# Galton Machine

In the lectures, we discussed the central limit theorem. A Galton machine is as a simple demonstration of how this works using simulated events. The machine works as follows. 

There's a board with rows of pins with collection buckets (bins) at the bottom. A marble is dropped into the top of the board and left to fall to the bottom. When the marble encounters a pin it will either get deflected one spot to the left or one to the right. Finally when the marble leaves the board at the bottom, it will land in one of the buckets and the position of the bucket that it lands in is recorded. The figure below shows the setup. 

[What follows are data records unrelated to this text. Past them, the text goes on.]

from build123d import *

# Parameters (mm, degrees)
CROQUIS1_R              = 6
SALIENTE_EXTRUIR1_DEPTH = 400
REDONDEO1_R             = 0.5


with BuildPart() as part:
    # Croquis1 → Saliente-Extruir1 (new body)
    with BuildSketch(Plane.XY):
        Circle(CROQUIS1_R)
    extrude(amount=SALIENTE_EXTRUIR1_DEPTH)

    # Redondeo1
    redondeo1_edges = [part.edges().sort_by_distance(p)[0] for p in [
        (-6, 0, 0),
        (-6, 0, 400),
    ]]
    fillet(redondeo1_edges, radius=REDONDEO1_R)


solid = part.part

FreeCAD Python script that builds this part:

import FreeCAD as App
import Part
import Sketcher

V = App.Vector
Q = App.Units.Quantity


def edges_at(feature, points):
    """Names of the edges that pass closest to the given points."""
    edges = feature.Shape.Edges
    near = lambda p: min(range(len(edges)), key=lambda i: edges[i].distToShape(Part.Vertex(*p))[0])
    return sorted({f"Edge{near(p) + 1}" for p in points})

doc = App.newDocument("Part")
body = doc.addObject("PartDesign::Body", "Body")

# Sketch on XY plane
sketch1 = doc.addObject("Sketcher::SketchObject", "Sketch")
body.addObject(sketch1)
sketch1.AttachmentSupport = (doc.XY_Plane, [""])
sketch1.MapMode = "FlatFace"
sketch1.addGeometry(Part.Circle(V(0, 0, 0), V(0, 0, 1), 6), False)
sketch1.addConstraint([
    Sketcher.Constraint("Coincident", 0, 3, -1, 1),
    Sketcher.Constraint("Diameter", 0, Q("12 mm")),
])
pad1 = doc.addObject("PartDesign::Pad", "Pad")
body.addObject(pad1)
pad1.Profile = sketch1
pad1.Length = 400
doc.recompute()

fillet = doc.addObject("PartDesign::Fillet", "Fillet")
body.addObject(fillet)
fillet.Base = (pad1, edges_at(pad1, [(-6, 0, 0), (-6, 0, 400)]))
fillet.Radius = 0.5

doc.recompute()
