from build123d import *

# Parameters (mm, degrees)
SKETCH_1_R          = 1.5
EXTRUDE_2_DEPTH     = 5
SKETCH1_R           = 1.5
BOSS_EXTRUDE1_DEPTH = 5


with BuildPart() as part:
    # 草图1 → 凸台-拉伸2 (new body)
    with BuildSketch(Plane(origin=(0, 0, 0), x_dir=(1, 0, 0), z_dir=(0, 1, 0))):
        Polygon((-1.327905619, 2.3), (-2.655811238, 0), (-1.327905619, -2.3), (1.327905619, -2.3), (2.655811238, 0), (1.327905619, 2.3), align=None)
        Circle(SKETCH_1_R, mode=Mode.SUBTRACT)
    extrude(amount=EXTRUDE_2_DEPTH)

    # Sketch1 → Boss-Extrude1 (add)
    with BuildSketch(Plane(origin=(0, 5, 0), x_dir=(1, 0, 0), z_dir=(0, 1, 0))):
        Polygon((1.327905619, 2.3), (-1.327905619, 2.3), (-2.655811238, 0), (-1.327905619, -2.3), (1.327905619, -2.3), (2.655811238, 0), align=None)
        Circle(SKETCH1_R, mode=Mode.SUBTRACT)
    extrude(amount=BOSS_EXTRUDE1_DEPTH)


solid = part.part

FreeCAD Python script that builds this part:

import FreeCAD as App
import Part
import Sketcher
Q = App.Units.Quantity


def add_polygon(sketch, points):
    """Adds a closed chain of lines whose ends are joined by coincident constraints."""
    first, n = sketch.GeometryCount, len(points)
    for a, b in zip(points, points[1:] + points[:1]):
        sketch.addGeometry(Part.LineSegment(App.Vector(*a, 0), App.Vector(*b, 0)), False)
    for i in range(n):
        sketch.addConstraint(Sketcher.Constraint("Coincident", first + i, 2, first + (i + 1) % n, 1))

doc = App.newDocument("Part")
params = doc.addObject("Spreadsheet::Sheet", "Params")
for row, (alias, value) in enumerate([
    ("sketch1_diameter", "3 mm"),
    ("pad1_length", "5 mm"),
    ("sketch2_diameter", "3 mm"),
    ("pad2_length", "5 mm"),
], start=1):
    params.set(f"A{row}", alias)
    params.set(f"B{row}", "=" + value)
    params.setAlias(f"B{row}", alias)

body = doc.addObject("PartDesign::Body", "Body")

sketch1 = body.newObject("Sketcher::SketchObject", "Sketch")
sketch1.AttachmentSupport = (doc.getObject("XZ_Plane"), [""])
sketch1.MapMode = "FlatFace"
add_polygon(sketch1, [(-1.3, -2.3), (-2.7, 0), (-1.3, 2.3), (1.3, 2.3), (2.7, 0), (1.3, -2.3)])
sketch1.addGeometry(Part.Circle(App.Vector(0, 0, 0), App.Vector(0, 0, 1), 1.5), False)
sketch1.addConstraint([
    Sketcher.Constraint("Horizontal", 2),
    Sketcher.Constraint("Horizontal", 5),
    Sketcher.Constraint("Coincident", 6, 3, -1, 1),
    Sketcher.Constraint("Symmetric", 0, 2, 3, 2, -1, 1),
    Sketcher.Constraint("Symmetric", 1, 2, 4, 2, -1, 1),
    Sketcher.Constraint("PointOnObject", 0, 2, -1),
    Sketcher.Constraint("Parallel", 0, 3),
    Sketcher.Constraint("Vertical", 2, 2, 4, 2),
    Sketcher.Constraint("Diameter", 6, Q("3 mm")),
    Sketcher.Constraint("Angle", 0, Q("120 deg")),
    Sketcher.Constraint("DistanceY", -1, 1, 1, 2, Q("2.3 mm")),
    Sketcher.Constraint("DistanceX", 2, 1, 2, 2, Q("2.655811 mm")),
])
sketch1.setExpression("Constraints[14]", "Params.sketch1_diameter")
pad1 = body.newObject("PartDesign::Pad", "Pad")
pad1.Profile = sketch1
pad1.setExpression("Length", "Params.pad1_length")
pad1.Reversed = True

sketch2 = body.newObject("Sketcher::SketchObject", "Sketch001")
sketch2.AttachmentSupport = (doc.getObject("XZ_Plane"), [""])
sketch2.MapMode = "FlatFace"
sketch2.AttachmentOffset = App.Placement(App.Vector(0, 0, -5), App.Rotation())
add_polygon(sketch2, [(1.3, -2.3), (-1.3, -2.3), (-2.7, 0), (-1.3, 2.3), (1.3, 2.3), (2.7, 0)])
sketch2.addGeometry(Part.Circle(App.Vector(0, 0, 0), App.Vector(0, 0, 1), 1.5), False)
sketch2.addConstraint([
    Sketcher.Constraint("Horizontal", 0),
    Sketcher.Constraint("Horizontal", 3),
    Sketcher.Constraint("Coincident", 6, 3, -1, 1),
    Sketcher.Constraint("Symmetric", 0, 2, 3, 2, -1, 1),
    Sketcher.Constraint("Symmetric", 1, 2, 4, 2, -1, 1),
    Sketcher.Constraint("PointOnObject", 1, 2, -1),
    Sketcher.Constraint("Parallel", 2, 5),
    Sketcher.Constraint("Vertical", 0, 2, 2, 2),
    Sketcher.Constraint("Diameter", 6, Q("3 mm")),
    Sketcher.Constraint("Angle", 1, Q("120 deg")),
    Sketcher.Constraint("DistanceY", 0, 2, -1, 1, Q("2.3 mm")),
    Sketcher.Constraint("DistanceX", 0, 2, 0, 1, Q("2.655811 mm")),
])
sketch2.setExpression("Constraints[14]", "Params.sketch2_diameter")
pad2 = body.newObject("PartDesign::Pad", "Pad001")
pad2.Profile = sketch2
pad2.setExpression("Length", "Params.pad2_length")
pad2.Reversed = True

doc.recompute()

![GaltonMachine](galton_image.png)

The code below simulates this process and counts the number of marbles that landed in each position. In this code, we record the "normalised position" which is just the position divided by the square root of the number of layers, and we bin that in a histogram.

In [1]:
%matplotlib notebook
import numpy
import matplotlib.pyplot as plt
import matplotlib.animation as animation

plt.rcParams.update({'font.size': 14})
plt.rcParams['figure.figsize'] = (6, 5)

In [5]:
# 50-50 probability to go left or right
def galton_step(x):
 r = numpy.random.uniform(0,1)
 if r < 0.5: return x-1
 else: return x+1

n_layers = 1000
n_trials = 1000

finish=[]

for i in range(n_trials):
  start=0
  for j in range(n_layers): start = galton_step(start)
  # normalise the position 
  start /=  numpy.math.sqrt(n_layers)
  finish.append(start)

In [6]:
def update(curr):
    if curr==n_trials:
        a.event_source.stop()
    plt.cla()
    bins = numpy.arange(-3,3,0.5)
    plt.hist(finish[:curr], bins=bins,density=True,color='green',ec='black')
    plt.axis([-3,3,0,1])
    plt.xlabel("position")
    plt.ylabel("density of counters")
    plt.title("N layers = %d, N trials = %d"%(n_layers, n_trials))

fig =  plt.figure()
a = animation.FuncAnimation(fig,update,interval=1)
plt.show()

<IPython.core.display.Javascript object>

If you think about the distribution of "position", its simly a sum over $X_i$ where $X_i=-1$ or $X_i=+1$ with 50:50 probability. The distribution of each random variable $X_i$ is identical - a uniform distribution in the set $\left\{-1,1\right\}$. The normalised position $P_{N}$ is then given by, 

$$
P_{N} = \frac{1}{\sqrt{N}} \sum_{i} X_{i}.
$$

The mean of each distribution of $X_{i}$ is 0, and the variance is $(-1)^2\times \frac{1}{2} + (1)^2\times \frac{1}{2}=1$. The quantity we saw in lectures, 

$$
T_{N} = \frac{\bar{X}N - \sum_{i}\mu_{1}^{i}}{\sqrt{\sum_{i}v^i_2}} = \frac{\frac{N}{N}\sum_{i}X_{i} - 0 }{\sqrt{N}} = P_{N}
$$

So of course as $N\rightarrow+\infty$ we know from the CLT that $P_{N}$ will be distributed as $\phi(0,1)$

Try increasing the number of layers `n_layers`. The larger it is, the more normal it will be.